Question

Suppose \(1.0 \mathrm{~m}^{3}\) of oil is spilled into the ocean. Find the area of the resulting slick, assuming that it is one molecule thick and that each molecule occupies a cube \(0.50 \mu \mathrm{m}\) on a side.

Short answer

The area of the slick is \(2 \times 10^6 \, m^2\).

Step-by-step solution

Calculate the volume of one molecule

Given that a molecule occupies a cube with a side length of \(0.50 \, \mu m\), we first convert the side length into meters for consistency. \(1 \, \mu m = 1 \times 10^{-6} \, m\), so \(0.50 \, \mu m = 0.50 \times 10^{-6} \, m\). The volume of one molecule is \( (0.50 \times 10^{-6} \, m)^3 \).

Calculate the total volume for one molecule

The formula for the volume of a cube is side length cubed. Thus, the volume of one molecule is: \[(0.50 \times 10^{-6} \, m)^3 = 0.125 \times 10^{-18} \, m^3 = 1.25 \times 10^{-19} \, m^3\].

Determine the number of molecules needed

The total oil volume is \(1.0 \, m^3\). To find the number of molecules, divide the total volume by the volume of one molecule: \[\frac{1.0 \, m^3}{1.25 \times 10^{-19} \, m^3} = 8 \times 10^{18}\]. Therefore, there are \(8 \times 10^{18}\) molecules in the oil spill.

Calculate the area covered by the molecules

Since the oil slick is one molecule thick, the area can be found by multiplying the area occupied by one molecule by the total number of molecules. An individual molecule occupies an area given by its cross-sectional square (side length squared) which is \[(0.50 \times 10^{-6} \, m)^2 = 0.25 \times 10^{-12} \, m^2\]. Multiply this by the number of molecules:\[8 \times 10^{18} \times 0.25 \times 10^{-12} \, m^2 = 2 \times 10^6 \, m^2\].

Key concepts

Volume Calculation

Calculating the volume of molecules is crucial for understanding how they occupy space. When dealing with molecules, it's important to note that they can take various shapes, such as spheres, cubes, or other geometrical forms. In this exercise, we're focusing on molecules that occupy cube-shaped spaces.
To begin, we need to convert relevant measurements into a consistent unit, typically meters in physics. Given a cube with a side length of \(0.50 \, \mu m\), converting micrometers to meters involves using \(1 \, \mu m = 1 \times 10^{-6} \, m\). Therefore, the side length becomes \(0.50 \times 10^{-6} \, m\).
The volume \(V\) of a cube is calculated using the formula:

• \(V = \text{side length}^3\)

The calculation follows with:

• \( (0.50 \times 10^{-6} \, m)^3 = 0.125 \times 10^{-18} \, m^3 \)
• Result: \( 1.25 \times 10^{-19} \, m^3 \)

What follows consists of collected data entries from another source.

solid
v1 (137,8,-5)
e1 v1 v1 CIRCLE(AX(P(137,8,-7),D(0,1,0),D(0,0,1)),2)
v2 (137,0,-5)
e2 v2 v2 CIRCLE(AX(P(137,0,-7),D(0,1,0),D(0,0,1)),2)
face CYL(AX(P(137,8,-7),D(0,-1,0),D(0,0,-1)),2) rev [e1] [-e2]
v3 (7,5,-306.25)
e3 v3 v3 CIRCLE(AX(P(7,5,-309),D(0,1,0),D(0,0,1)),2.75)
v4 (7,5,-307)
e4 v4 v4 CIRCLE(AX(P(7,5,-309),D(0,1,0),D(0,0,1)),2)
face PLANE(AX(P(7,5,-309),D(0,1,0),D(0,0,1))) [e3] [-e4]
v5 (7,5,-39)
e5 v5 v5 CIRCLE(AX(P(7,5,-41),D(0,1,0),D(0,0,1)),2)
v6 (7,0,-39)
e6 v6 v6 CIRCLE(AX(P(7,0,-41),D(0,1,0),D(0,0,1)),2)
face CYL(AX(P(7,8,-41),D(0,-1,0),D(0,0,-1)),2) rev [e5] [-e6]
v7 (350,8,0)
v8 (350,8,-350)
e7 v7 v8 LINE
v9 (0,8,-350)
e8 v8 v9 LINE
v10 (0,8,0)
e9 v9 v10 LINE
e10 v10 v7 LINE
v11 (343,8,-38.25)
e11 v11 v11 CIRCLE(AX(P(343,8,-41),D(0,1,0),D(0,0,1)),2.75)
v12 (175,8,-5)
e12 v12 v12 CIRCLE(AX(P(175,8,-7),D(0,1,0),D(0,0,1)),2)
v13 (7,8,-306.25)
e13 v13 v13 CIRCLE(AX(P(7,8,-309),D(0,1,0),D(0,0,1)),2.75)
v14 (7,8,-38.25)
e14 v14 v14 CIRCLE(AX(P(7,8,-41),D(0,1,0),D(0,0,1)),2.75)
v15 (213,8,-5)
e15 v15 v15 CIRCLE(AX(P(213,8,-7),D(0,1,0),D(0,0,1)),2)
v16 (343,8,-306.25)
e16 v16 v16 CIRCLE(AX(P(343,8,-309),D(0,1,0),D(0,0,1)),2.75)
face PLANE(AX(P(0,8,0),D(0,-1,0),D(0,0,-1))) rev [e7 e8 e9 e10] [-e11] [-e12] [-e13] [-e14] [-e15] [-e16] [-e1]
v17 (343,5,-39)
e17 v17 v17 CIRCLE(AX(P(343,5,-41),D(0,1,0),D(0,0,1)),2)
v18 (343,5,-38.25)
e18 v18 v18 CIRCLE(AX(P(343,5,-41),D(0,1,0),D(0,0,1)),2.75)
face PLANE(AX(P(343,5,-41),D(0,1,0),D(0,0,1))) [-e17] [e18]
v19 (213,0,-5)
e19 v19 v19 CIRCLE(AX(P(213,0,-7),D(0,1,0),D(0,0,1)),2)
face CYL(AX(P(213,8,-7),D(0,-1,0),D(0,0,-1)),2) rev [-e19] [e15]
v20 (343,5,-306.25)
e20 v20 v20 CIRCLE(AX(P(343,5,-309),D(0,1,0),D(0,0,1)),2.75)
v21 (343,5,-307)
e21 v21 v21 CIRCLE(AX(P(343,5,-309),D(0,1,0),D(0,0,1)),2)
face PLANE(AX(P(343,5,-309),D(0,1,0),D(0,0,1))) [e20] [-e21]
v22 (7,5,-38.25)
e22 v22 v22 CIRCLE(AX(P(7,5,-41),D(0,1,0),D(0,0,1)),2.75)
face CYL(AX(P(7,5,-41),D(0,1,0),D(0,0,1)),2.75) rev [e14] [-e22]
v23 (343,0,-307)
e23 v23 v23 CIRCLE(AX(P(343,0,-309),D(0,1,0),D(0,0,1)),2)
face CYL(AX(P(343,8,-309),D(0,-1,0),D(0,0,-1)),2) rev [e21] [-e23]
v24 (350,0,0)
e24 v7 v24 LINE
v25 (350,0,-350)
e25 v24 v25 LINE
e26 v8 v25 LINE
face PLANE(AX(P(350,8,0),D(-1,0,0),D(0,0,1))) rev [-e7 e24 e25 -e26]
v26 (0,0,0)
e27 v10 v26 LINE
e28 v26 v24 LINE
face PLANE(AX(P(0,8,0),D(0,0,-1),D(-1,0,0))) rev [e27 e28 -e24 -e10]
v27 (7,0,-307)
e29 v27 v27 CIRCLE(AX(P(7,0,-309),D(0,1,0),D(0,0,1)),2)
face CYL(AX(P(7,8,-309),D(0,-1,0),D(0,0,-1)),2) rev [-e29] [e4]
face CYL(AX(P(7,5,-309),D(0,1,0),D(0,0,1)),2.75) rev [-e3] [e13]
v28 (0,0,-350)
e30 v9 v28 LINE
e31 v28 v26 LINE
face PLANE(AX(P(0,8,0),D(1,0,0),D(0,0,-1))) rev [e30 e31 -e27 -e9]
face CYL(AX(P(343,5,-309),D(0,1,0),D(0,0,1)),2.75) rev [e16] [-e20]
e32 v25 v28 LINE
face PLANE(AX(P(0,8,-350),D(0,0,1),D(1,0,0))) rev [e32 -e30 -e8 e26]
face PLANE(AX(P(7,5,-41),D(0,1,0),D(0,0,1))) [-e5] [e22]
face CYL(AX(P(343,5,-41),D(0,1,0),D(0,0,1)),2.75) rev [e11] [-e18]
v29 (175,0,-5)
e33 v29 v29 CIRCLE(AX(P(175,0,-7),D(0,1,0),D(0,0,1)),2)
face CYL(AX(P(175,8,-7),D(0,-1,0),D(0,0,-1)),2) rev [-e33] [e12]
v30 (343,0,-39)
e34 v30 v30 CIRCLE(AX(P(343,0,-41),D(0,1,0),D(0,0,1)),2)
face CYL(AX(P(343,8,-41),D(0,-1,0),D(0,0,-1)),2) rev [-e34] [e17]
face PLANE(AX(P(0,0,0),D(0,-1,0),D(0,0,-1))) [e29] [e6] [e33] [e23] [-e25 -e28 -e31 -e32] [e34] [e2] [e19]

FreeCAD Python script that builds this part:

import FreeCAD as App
import Part
import Sketcher


def add_polygon(sketch, points):
    """Adds a closed chain of lines whose ends are joined by coincident constraints."""
    first, n = sketch.GeometryCount, len(points)
    for a, b in zip(points, points[1:] + points[:1]):
        sketch.addGeometry(Part.LineSegment(App.Vector(*a, 0), App.Vector(*b, 0)), False)
    for i in range(n):
        sketch.addConstraint(Sketcher.Constraint("Coincident", first + i, 2, first + (i + 1) % n, 1))

doc = App.newDocument("Part")
params = doc.addObject("Spreadsheet::Sheet", "Params")
for row, (alias, value) in enumerate([
    ("sketch1_diameter", "4 mm"),
    ("sketch1_width", "350 mm"),
    ("pad1_length", "8 mm"),
    ("sketch2_diameter", "5.5 mm"),
    ("pocket1_length", "3 mm"),
], start=1):
    params.set(f"A{row}", alias)
    params.set(f"B{row}", "=" + value)
    params.setAlias(f"B{row}", alias)

body = doc.addObject("PartDesign::Body", "Body")

sketch1 = body.newObject("Sketcher::SketchObject", "Sketch")
sketch1.AttachmentSupport = (doc.getObject("XZ_Plane"), [""])
sketch1.MapMode = "FlatFace"
add_polygon(sketch1, [(0, -350), (0, 0), (350, 0), (350, -350)])
sketch1.addGeometry(Part.Circle(App.Vector(7, -41, 0), App.Vector(0, 0, 1), 2), False)
sketch1.addGeometry(Part.Circle(App.Vector(137, -7, 0), App.Vector(0, 0, 1), 2), False)
sketch1.addGeometry(Part.Circle(App.Vector(175, -7, 0), App.Vector(0, 0, 1), 2), False)
sketch1.addGeometry(Part.Circle(App.Vector(213, -7, 0), App.Vector(0, 0, 1), 2), False)
sketch1.addGeometry(Part.Circle(App.Vector(343, -41, 0), App.Vector(0, 0, 1), 2), False)
sketch1.addGeometry(Part.Circle(App.Vector(7, -309, 0), App.Vector(0, 0, 1), 2), False)
sketch1.addGeometry(Part.Circle(App.Vector(343, -309, 0), App.Vector(0, 0, 1), 2), False)
sketch1.addConstraint([
    Sketcher.Constraint("Vertical", 0),
    Sketcher.Constraint("Horizontal", 1),
    Sketcher.Constraint("Vertical", 2),
    Sketcher.Constraint("Horizontal", 3),
    Sketcher.Constraint("Coincident", 0, 2, -1, 1),
    Sketcher.Constraint("Equal", 4, 5),
    Sketcher.Constraint("Equal", 5, 6),
    Sketcher.Constraint("Equal", 6, 7),
    Sketcher.Constraint("Equal", 7, 8),
    Sketcher.Constraint("Equal", 8, 9),
    Sketcher.Constraint("Equal", 9, 10),
    Sketcher.Constraint("Horizontal", 5, 3, 6, 3),
    Sketcher.Constraint("Horizontal", 6, 3, 7, 3),
    Sketcher.Constraint("Horizontal", 4, 3, 8, 3),
    Sketcher.Constraint("Horizontal", 9, 3, 10, 3),
    Sketcher.Constraint("Vertical", 4, 3, 9, 3),
    Sketcher.Constraint("Vertical", 8, 3, 10, 3),
    Sketcher.Constraint("Equal", 3, 0),
    Sketcher.Constraint("Diameter", 4, 4.0),
    Sketcher.Constraint("DistanceX", 1, 1, 1, 2, 350.0),
    Sketcher.Constraint("DistanceX", -1, 1, 4, 3, 7.0),
    Sketcher.Constraint("DistanceY", 4, 3, -1, 1, 41.0),
    Sketcher.Constraint("DistanceX", -1, 1, 5, 3, 137.0),
    Sketcher.Constraint("DistanceY", 5, 3, -1, 1, 7.0),
    Sketcher.Constraint("DistanceX", -1, 1, 6, 3, 175.0),
    Sketcher.Constraint("DistanceX", -1, 1, 7, 3, 213.0),
    Sketcher.Constraint("DistanceX", -1, 1, 8, 3, 343.0),
    Sketcher.Constraint("DistanceY", 9, 3, -1, 1, 309.0),
])
sketch1.setExpression("Constraints[22]", "Params.sketch1_diameter")
sketch1.setExpression("Constraints[23]", "Params.sketch1_width")
pad1 = body.newObject("PartDesign::Pad", "Pad")
pad1.Profile = sketch1
pad1.setExpression("Length", "Params.pad1_length")
pad1.Reversed = True

sketch2 = body.newObject("Sketcher::SketchObject", "Sketch001")
sketch2.AttachmentSupport = (doc.getObject("XZ_Plane"), [""])
sketch2.MapMode = "FlatFace"
sketch2.AttachmentOffset = App.Placement(App.Vector(0, 0, -8), App.Rotation())
sketch2.addGeometry([
    Part.Circle(App.Vector(7, -309, 0), App.Vector(0, 0, 1), 2.75),
    Part.Circle(App.Vector(343, -309, 0), App.Vector(0, 0, 1), 2.75),
    Part.Circle(App.Vector(7, -41, 0), App.Vector(0, 0, 1), 2.75),
    Part.Circle(App.Vector(343, -41, 0), App.Vector(0, 0, 1), 2.75),
], False)
sketch2.addConstraint([
    Sketcher.Constraint("Equal", 0, 1),
    Sketcher.Constraint("Equal", 1, 2),
    Sketcher.Constraint("Equal", 2, 3),
    Sketcher.Constraint("Horizontal", 0, 3, 1, 3),
    Sketcher.Constraint("Horizontal", 2, 3, 3, 3),
    Sketcher.Constraint("Vertical", 0, 3, 2, 3),
    Sketcher.Constraint("Vertical", 1, 3, 3, 3),
    Sketcher.Constraint("Diameter", 0, 5.5),
    Sketcher.Constraint("DistanceX", -1, 1, 0, 3, 7.0),
    Sketcher.Constraint("DistanceY", 0, 3, -1, 1, 309.0),
    Sketcher.Constraint("DistanceX", -1, 1, 1, 3, 343.0),
    Sketcher.Constraint("DistanceY", 2, 3, -1, 1, 41.0),
])
sketch2.setExpression("Constraints[7]", "Params.sketch2_diameter")
pocket1 = body.newObject("PartDesign::Pocket", "Pocket")
pocket1.Profile = sketch2
pocket1.setExpression("Length", "Params.pocket1_length")
pocket1.Reversed = True

doc.recompute()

This result represents the volume for a single molecule. By understanding and calculating the volume of individual molecules, we can more accurately assess how they contribute to larger structures in physical systems.

Molecular Dimensions

Understanding molecular dimensions is key in molecular physics, as it allows us to grasp how microscopic entities behave in macroscopic environments. In many science problems like this one, molecules are often idealized as geometrical shapes for simplification.
Here, molecules are treated as tiny cubes, each with a side length of \(0.50 \, \mu m\). This square form provides a straightforward way to estimate space requirements: when you picture a molecule as a cube, you can easily calculate its footprint by squaring the side length.
An important takeaway is:

• The area occupied by one molecule, a square in this case, is the side length squared.
• Thus, for our molecule: \((0.50 \times 10^{-6} \, m)^2 = 0.25 \times 10^{-12} \, m^2 \).

This helps relate the microscopic world of molecules to broader spatial concepts. By envisioning molecules as distinct volumes and areas within a defined framework, their interactions, and the space they need, become much clearer. This simplification aids in predicting outcomes, such as how much an oil spill may cover in a given scenario.

Area Estimation

When working with molecular layers, estimating area becomes crucial, especially in calculating coverage effects like oil spills. Once we know the number of molecules and the area each occupies, we can determine the total area affected.
Given that each molecule covers an area of \(0.25 \times 10^{-12} \, m^2\), and there are \(8 \times 10^{18}\) molecules in our spill,

• we calculate the total area by multiplying the number of molecules by the area per molecule.

Thus:

• \(8 \times 10^{18} \times 0.25 \times 10^{-12} \, m^2 = 2 \times 10^6 \, m^2 \).

This value represents the entire area of the oil slick created by these molecules at one molecule thickness. Understanding these spatial calculations helps to estimate the reach of molecularly thin oils on water surfaces. It highlights the relevance of resolution and precision in molecular studies, impacting environmental science and engineering realms.